__WHAT TO DO__:
Your answer must be a single number: how many lines in the records below contain the word "ThreePointArc".

__MATERIAL FOR THE TASK__:
:::

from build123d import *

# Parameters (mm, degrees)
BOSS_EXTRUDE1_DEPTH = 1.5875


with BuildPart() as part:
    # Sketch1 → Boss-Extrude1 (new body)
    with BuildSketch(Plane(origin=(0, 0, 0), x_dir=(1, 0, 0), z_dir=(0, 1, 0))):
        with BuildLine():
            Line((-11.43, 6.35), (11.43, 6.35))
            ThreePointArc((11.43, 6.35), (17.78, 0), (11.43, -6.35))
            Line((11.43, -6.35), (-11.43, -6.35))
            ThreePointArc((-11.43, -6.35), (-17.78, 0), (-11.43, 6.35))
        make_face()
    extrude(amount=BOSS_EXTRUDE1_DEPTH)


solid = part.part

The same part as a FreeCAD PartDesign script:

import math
import FreeCAD as App
import Part
import Sketcher
Q = App.Units.Quantity

doc = App.newDocument("Part")
body = doc.addObject("PartDesign::Body", "Body")

sketch1 = doc.addObject("Sketcher::SketchObject", "Sketch")
body.addObject(sketch1)
sketch1.AttachmentSupport = (doc.XZ_Plane, [""])
sketch1.MapMode = "FlatFace"
sketch1.addGeometry(Part.LineSegment(App.Vector(11, -6, 0), App.Vector(-11, -6, 0)), False)
sketch1.addGeometry(Part.ArcOfCircle(Part.Circle(App.Vector(-11, 0, 0), App.Vector(0, 0, 1), 6), math.radians(90), math.radians(270)), False)
sketch1.addGeometry(Part.LineSegment(App.Vector(-11, 6, 0), App.Vector(11, 6, 0)), False)
sketch1.addGeometry(Part.ArcOfCircle(Part.Circle(App.Vector(11, 0, 0), App.Vector(0, 0, 1), 6), math.radians(-90), math.radians(90)), False)
sketch1.addConstraint(Sketcher.Constraint("Tangent", 0, 2, 1, 2))
sketch1.addConstraint(Sketcher.Constraint("Tangent", 1, 1, 2, 1))
sketch1.addConstraint(Sketcher.Constraint("Tangent", 2, 2, 3, 2))
sketch1.addConstraint(Sketcher.Constraint("Tangent", 3, 1, 0, 1))
sketch1.addConstraint(Sketcher.Constraint("Horizontal", 0))
sketch1.addConstraint(Sketcher.Constraint("Horizontal", 2))
sketch1.addConstraint(Sketcher.Constraint("Symmetric", 1, 3, 3, 3, -1, 1))
sketch1.addConstraint(Sketcher.Constraint("Radius", 1, Q("0.25 in")))
sketch1.addConstraint(Sketcher.Constraint("DistanceX", 0, 2, 0, 1, Q("0.9 in")))
pad1 = doc.addObject("PartDesign::Pad", "Pad")
body.addObject(pad1)
pad1.Profile = sketch1
pad1.Length = Q("0.0625 in")
pad1.Reversed = True

doc.recompute()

:::

__EXPECTED OUTPUT__:
2